# 2011 1.8 TFSI Roadster - How to Pair iPhone...?



## mossi (Dec 26, 2005)

just found a button on the steering wheel, pushed it and it said speak ! seems i have phone support i didn't know i had, bonus, but... how do i pair my iPhone to the car ? or do you have a sim slot in the cabin somewhere, I've gone through the user manual and can't find anything !
thanks


----------



## gogs (Dec 22, 2010)

Select bluetooth on your phone and search you'll get Audi something or other pair it and your done, default code is 0000 or 1234 if i remember correctly


----------



## kurai.kaze (Mar 1, 2015)

The Bluetooth functionality comes from the stereo headunit itself (be it Nav, Nav Plus, Symphony etc).

One of the menu options on it will be what bluetooth 4 digit PIN to set (default is 1234, I think).

The head unit "pairing search" only happens for the first 30 seconds after ignition is turned on, so make sure you have your phone ready, start a Bluetooth search on it, select the Audi option that appears and input 1234.

Thereafter the headunit will remember the pairing and will activate it any time you start the car with the phone in range.

Job done :wink:


----------



## ReTTro fit (Nov 9, 2014)

The Bluetooth is nothing at all to do with the head unit, it's a totally indepent module located under the passenger seat mate, yes it interacts with rns-e's etc and uses the mute function on the standard stereos but it's a seperate module

On iPhone using Tapacrap


----------



## kurai.kaze (Mar 1, 2015)

Doh ! *1wheelonly* is quite correct - my bad. 

The phone/bluetooth controller is indeed under the driver's seat (item #19 in the diagram from Audi's Electrical & Infotainment guide).

The headunit just acts as a remote interface to the controller, so the steps required to pair still remain the same.


----------



## mossi (Dec 26, 2005)

phone paired succesfully, just can't make or take calls, i cannot see it ring, when i answer i can't hear anything, same when i try to make a call, they can hear me , i can't hear them ? is there a volume setting forphone in the car on the stereo ?


----------



## Uncle_Si (Sep 26, 2014)

once in the call turn up the volume on the stereo - i used the volume wheel on the steering wheel.

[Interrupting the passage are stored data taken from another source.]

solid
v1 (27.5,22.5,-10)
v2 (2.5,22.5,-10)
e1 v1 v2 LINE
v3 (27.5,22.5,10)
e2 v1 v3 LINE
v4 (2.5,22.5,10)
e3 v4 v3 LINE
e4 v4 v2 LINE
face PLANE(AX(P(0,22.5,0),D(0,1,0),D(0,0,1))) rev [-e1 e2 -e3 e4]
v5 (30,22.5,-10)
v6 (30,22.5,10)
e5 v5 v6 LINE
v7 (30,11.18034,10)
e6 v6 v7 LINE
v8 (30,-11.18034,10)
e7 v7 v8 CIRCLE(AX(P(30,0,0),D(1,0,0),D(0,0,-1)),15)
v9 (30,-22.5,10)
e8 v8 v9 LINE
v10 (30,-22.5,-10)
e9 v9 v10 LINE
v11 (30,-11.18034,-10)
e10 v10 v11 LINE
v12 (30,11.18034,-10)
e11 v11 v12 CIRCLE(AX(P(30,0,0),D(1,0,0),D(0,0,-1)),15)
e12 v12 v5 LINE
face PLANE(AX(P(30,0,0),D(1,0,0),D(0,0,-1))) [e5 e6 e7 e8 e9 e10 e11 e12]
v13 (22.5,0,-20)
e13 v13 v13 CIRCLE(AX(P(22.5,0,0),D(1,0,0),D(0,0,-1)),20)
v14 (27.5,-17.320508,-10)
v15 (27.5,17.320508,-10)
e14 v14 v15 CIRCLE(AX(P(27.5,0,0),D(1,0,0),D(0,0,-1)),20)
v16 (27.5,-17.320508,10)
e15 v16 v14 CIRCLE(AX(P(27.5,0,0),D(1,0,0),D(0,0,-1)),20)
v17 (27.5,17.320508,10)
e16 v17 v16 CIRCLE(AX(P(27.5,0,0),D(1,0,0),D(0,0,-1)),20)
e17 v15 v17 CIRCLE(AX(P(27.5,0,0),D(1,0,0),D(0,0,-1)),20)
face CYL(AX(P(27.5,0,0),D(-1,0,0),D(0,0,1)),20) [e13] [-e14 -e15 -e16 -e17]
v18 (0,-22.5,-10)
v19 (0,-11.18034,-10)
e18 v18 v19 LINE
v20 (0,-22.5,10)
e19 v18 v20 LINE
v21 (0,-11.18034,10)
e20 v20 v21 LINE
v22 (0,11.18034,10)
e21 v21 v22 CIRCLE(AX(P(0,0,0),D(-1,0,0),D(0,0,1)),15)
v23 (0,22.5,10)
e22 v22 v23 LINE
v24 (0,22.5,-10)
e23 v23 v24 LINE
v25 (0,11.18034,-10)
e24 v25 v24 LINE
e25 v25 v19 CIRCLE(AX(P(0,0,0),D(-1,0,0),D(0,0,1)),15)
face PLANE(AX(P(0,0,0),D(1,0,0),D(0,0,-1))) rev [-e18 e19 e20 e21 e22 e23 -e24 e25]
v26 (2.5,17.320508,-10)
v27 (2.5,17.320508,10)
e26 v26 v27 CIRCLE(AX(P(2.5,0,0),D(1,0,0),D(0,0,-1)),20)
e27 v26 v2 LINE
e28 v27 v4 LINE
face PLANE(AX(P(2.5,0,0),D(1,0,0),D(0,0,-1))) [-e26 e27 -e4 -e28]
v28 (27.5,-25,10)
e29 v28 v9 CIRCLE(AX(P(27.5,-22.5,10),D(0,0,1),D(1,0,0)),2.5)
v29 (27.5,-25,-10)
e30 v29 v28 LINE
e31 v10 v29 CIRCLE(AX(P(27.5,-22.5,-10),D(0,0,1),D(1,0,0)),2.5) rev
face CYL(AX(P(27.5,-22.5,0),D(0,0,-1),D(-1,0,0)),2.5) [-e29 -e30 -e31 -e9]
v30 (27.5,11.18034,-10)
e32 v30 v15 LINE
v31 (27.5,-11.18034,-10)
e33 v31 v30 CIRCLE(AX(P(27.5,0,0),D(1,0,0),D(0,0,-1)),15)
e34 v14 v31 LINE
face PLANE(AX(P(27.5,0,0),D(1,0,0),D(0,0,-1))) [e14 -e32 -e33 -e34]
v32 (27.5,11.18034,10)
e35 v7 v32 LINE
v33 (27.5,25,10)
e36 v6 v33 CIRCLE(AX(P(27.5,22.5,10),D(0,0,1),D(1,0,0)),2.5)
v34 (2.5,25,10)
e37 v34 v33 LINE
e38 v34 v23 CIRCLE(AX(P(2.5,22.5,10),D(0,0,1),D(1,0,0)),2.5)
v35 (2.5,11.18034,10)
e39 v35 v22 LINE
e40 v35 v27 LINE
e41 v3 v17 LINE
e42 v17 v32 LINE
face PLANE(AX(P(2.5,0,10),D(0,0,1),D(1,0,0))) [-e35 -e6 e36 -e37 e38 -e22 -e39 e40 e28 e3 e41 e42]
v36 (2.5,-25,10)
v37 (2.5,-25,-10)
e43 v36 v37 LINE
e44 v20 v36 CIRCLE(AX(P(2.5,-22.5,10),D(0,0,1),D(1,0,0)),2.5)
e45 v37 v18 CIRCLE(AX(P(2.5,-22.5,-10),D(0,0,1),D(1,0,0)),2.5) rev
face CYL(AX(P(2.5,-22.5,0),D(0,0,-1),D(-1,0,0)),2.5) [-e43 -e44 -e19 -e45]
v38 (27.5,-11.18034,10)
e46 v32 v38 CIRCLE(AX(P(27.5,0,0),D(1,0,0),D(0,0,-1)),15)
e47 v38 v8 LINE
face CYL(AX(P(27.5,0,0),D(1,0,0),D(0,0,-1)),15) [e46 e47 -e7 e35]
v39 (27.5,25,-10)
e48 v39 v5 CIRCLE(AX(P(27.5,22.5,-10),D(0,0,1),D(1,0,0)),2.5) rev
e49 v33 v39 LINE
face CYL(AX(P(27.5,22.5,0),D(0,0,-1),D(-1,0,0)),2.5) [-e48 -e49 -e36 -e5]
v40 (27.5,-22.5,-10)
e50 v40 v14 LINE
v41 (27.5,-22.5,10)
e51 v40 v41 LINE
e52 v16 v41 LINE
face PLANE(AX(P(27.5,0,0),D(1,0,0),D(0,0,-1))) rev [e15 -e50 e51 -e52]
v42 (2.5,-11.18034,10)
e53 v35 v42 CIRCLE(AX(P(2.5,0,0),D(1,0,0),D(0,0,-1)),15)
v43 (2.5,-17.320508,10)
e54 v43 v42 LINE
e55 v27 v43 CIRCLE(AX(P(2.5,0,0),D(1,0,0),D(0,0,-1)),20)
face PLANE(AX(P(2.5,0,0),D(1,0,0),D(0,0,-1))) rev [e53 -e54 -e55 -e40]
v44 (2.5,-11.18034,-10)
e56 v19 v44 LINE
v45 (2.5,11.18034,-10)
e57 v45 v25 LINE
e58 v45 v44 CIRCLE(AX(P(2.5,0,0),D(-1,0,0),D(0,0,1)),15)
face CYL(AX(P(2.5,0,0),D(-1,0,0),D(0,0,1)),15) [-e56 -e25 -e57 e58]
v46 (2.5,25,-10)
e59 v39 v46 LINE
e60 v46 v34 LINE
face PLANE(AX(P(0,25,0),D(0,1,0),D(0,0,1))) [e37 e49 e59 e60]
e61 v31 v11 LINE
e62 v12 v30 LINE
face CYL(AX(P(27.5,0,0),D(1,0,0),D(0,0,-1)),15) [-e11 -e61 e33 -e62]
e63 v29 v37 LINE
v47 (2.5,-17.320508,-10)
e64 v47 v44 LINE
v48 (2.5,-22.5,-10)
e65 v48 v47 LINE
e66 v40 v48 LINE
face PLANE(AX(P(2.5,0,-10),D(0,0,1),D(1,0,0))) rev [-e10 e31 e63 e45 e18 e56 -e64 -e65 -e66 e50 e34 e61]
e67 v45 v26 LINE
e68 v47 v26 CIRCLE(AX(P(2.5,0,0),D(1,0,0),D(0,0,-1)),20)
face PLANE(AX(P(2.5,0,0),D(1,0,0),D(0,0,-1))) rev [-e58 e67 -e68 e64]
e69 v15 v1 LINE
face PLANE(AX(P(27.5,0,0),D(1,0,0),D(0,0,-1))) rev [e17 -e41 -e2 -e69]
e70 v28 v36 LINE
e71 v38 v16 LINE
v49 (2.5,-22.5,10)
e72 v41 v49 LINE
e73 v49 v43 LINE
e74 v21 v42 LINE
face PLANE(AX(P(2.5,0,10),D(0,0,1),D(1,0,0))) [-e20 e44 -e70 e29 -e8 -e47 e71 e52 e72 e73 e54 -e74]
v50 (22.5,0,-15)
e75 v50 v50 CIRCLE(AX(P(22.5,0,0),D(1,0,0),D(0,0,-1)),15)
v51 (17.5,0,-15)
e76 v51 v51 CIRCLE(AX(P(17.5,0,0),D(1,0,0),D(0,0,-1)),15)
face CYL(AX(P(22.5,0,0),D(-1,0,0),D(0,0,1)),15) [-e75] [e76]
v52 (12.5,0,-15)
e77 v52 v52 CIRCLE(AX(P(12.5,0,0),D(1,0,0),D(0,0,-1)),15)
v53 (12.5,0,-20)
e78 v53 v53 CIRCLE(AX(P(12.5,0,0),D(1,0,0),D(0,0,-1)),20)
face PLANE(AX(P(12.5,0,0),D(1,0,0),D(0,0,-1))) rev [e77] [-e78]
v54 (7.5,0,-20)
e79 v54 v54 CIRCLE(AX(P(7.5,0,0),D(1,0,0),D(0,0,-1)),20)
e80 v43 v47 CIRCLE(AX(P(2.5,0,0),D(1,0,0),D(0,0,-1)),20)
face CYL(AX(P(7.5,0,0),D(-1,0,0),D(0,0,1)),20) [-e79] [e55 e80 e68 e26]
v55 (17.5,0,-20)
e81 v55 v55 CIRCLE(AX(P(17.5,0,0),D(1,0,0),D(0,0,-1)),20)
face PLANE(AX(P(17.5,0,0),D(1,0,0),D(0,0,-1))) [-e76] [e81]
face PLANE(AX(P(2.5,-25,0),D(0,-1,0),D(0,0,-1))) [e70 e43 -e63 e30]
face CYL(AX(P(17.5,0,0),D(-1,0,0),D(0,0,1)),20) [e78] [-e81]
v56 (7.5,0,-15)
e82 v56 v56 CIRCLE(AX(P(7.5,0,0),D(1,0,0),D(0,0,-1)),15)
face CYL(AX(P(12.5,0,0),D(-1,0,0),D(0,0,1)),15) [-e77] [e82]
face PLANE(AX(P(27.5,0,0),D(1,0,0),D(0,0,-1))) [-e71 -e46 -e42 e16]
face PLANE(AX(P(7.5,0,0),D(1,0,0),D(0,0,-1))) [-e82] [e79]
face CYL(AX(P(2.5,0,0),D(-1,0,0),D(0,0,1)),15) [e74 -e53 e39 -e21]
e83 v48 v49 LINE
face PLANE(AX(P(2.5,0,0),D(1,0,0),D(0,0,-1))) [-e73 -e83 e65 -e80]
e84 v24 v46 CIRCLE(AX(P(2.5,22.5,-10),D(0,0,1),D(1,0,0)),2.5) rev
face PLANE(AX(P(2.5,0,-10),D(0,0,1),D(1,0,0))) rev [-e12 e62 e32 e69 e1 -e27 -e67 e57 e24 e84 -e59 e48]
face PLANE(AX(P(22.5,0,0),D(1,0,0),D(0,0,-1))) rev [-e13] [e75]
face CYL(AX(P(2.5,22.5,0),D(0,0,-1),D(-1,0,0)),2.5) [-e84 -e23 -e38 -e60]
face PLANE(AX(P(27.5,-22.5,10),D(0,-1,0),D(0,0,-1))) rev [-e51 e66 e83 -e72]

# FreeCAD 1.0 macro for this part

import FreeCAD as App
import Part
import Sketcher
Q = App.Units.Quantity


def edges_at(feature, points):
    """Names of the edges that pass closest to the given points."""
    edges = feature.Shape.Edges
    near = lambda p: min(range(len(edges)), key=lambda i: edges[i].distToShape(Part.Vertex(*p))[0])
    return sorted({f"Edge{near(p) + 1}" for p in points})


def add_polygon(sketch, points):
    """Adds a closed chain of lines whose ends are joined by coincident constraints."""
    first, n = sketch.GeometryCount, len(points)
    for a, b in zip(points, points[1:] + points[:1]):
        sketch.addGeometry(Part.LineSegment(App.Vector(*a, 0), App.Vector(*b, 0)), False)
    for i in range(n):
        sketch.addConstraint(Sketcher.Constraint("Coincident", first + i, 2, first + (i + 1) % n, 1))

doc = App.newDocument("Part")
params = doc.addObject("Spreadsheet::Sheet", "Params")
for row, (alias, value) in enumerate([
    ("sketch1_height", "20 mm"),
    ("sketch1_width", "47.5 mm"),
    ("pad1_length", "2.5 mm"),
    ("sketch2_diameter", "40 mm"),
    ("pad2_length", "5 mm"),
    ("sketch3_diameter", "30 mm"),
    ("pad3_length", "5 mm"),
    ("sketch4_diameter", "40 mm"),
    ("pad4_length", "5 mm"),
    ("sketch5_diameter", "30 mm"),
    ("pad5_length", "5 mm"),
    ("sketch6_diameter", "40 mm"),
    ("pad6_length", "5 mm"),
    ("sketch7_height", "20 mm"),
    ("sketch7_width", "47.5 mm"),
    ("pad7_length", "2.5 mm"),
    ("sketch8_width", "30 mm"),
    ("sketch8_height", "20 mm"),
    ("pad8_length", "2.5 mm"),
    ("sketch9_height", "20 mm"),
    ("sketch9_width", "2.5 mm"),
    ("pad9_length", "25 mm"),
    ("sketch10_diameter", "30 mm"),
    ("pad10_length", "2.5 mm"),
    ("sketch11_diameter", "30 mm"),
    ("pad11_length", "2.5 mm"),
    ("fillet_radius", "2.5 mm"),
    ("fillet2_radius", "2.5 mm"),
], start=1):
    params.set(f"A{row}", alias)
    params.set(f"B{row}", "=" + value)
    params.setAlias(f"B{row}", alias)

body = doc.addObject("PartDesign::Body", "Body")

# Sketch on YZ plane
sketch1 = body.newObject("Sketcher::SketchObject", "Sketch")
sketch1.AttachmentSupport = (doc.getObject("YZ_Plane"), [""])
sketch1.MapMode = "FlatFace"
add_polygon(sketch1, [(22, 10), (-25, 10), (-25, -10), (22, -10)])  # lines 0-3
sketch1.addConstraint([
    Sketcher.Constraint("Horizontal", 0),
    Sketcher.Constraint("Vertical", 1),
    Sketcher.Constraint("Horizontal", 2),
    Sketcher.Constraint("Vertical", 3),
    Sketcher.Constraint("DistanceY", 1, 2, 1, 1, Q("20 mm")),
    Sketcher.Constraint("DistanceX", 0, 2, 0, 1, Q("47.5 mm")),
    Sketcher.Constraint("DistanceX", 0, 2, -1, 1, Q("25 mm")),
    Sketcher.Constraint("DistanceY", -1, 1, 0, 2, Q("10 mm")),
])
sketch1.setExpression("Constraints[8]", "Params.sketch1_height")
sketch1.setExpression("Constraints[9]", "Params.sketch1_width")
pad1 = body.newObject("PartDesign::Pad", "Pad")
pad1.Profile = sketch1
pad1.setExpression("Length", "Params.pad1_length")

# Sketch on YZ plane
sketch2 = body.newObject("Sketcher::SketchObject", "Sketch001")
sketch2.AttachmentSupport = (doc.getObject("YZ_Plane"), [""])
sketch2.MapMode = "FlatFace"
sketch2.AttachmentOffset = App.Placement(App.Vector(0, 0, 2.5), App.Rotation())
sketch2.addGeometry(Part.Circle(App.Vector(0, 0, 0), App.Vector(0, 0, 1), 20), False)
sketch2.addConstraint([
    Sketcher.Constraint("Coincident", 0, 3, -1, 1),
    Sketcher.Constraint("Diameter", 0, Q("40 mm")),
])
sketch2.setExpression("Constraints[1]", "Params.sketch2_diameter")
pad2 = body.newObject("PartDesign::Pad", "Pad001")
pad2.Profile = sketch2
pad2.setExpression("Length", "Params.pad2_length")

# Sketch on YZ plane
sketch3 = body.newObject("Sketcher::SketchObject", "Sketch002")
sketch3.AttachmentSupport = (doc.getObject("YZ_Plane"), [""])
sketch3.MapMode = "FlatFace"
sketch3.AttachmentOffset = App.Placement(App.Vector(0, 0, 7.5), App.Rotation())
sketch3.addGeometry(Part.Circle(App.Vector(0, 0, 0), App.Vector(0, 0, 1), 15), False)
sketch3.addConstraint([
    Sketcher.Constraint("Coincident", 0, 3, -1, 1),
    Sketcher.Constraint("Diameter", 0, Q("30 mm")),
])
sketch3.setExpression("Constraints[1]", "Params.sketch3_diameter")
pad3 = body.newObject("PartDesign::Pad", "Pad002")
pad3.Profile = sketch3
pad3.setExpression("Length", "Params.pad3_length")

# Sketch on YZ plane
sketch4 = body.newObject("Sketcher::SketchObject", "Sketch003")
sketch4.AttachmentSupport = (doc.getObject("YZ_Plane"), [""])
sketch4.MapMode = "FlatFace"
sketch4.AttachmentOffset = App.Placement(App.Vector(0, 0, 12.5), App.Rotation())
sketch4.addGeometry(Part.Circle(App.Vector(0, 0, 0), App.Vector(0, 0, 1), 20), False)
sketch4.addConstraint([
    Sketcher.Constraint("Coincident", 0, 3, -1, 1),
    Sketcher.Constraint("Diameter", 0, Q("40 mm")),
])
sketch4.setExpression("Constraints[1]", "Params.sketch4_diameter")
pad4 = body.newObject("PartDesign::Pad", "Pad003")
pad4.Profile = sketch4
pad4.setExpression("Length", "Params.pad4_length")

had the same problem as well with my satnav where i had accidentally turned down the turn by turn speach...


----------



## stormsu (Oct 1, 2021)

My phone doesn’t bring up my audi as an option on Bluetooth, is there a way of manually connecting to the audi?


----------



## Jezzie (May 24, 2020)

stormsu said:


> My phone doesn’t bring up my audi as an option on Bluetooth, is there a way of manually connecting to the audi?


Which headunit?


----------



## stormsu (Oct 1, 2021)

Jezzie said:


> Which headunit?


I’m not sure what headunit means.. but I have a Audi TT 2011 tt 1.8 roadster, does that help? 

my car doesn’t show at all on Bluetooth whilst car is switched on, not sure why…


----------



## TT'sRevenge (Feb 28, 2021)

Head unit = stereo or radio--the thing that sits in dash--is it Concert, Symphony, Navigation Plus, etc.

The Audi BT device name is something like Audi UHV xxxx (four numbers). Is it possibly you don't have the factory BT option at all?


----------



## Jezzie (May 24, 2020)

The headunit is the part of the radio system fitted in the dashboard. It should say Audi Concert, or Symphony, or …
They all work differently.


----------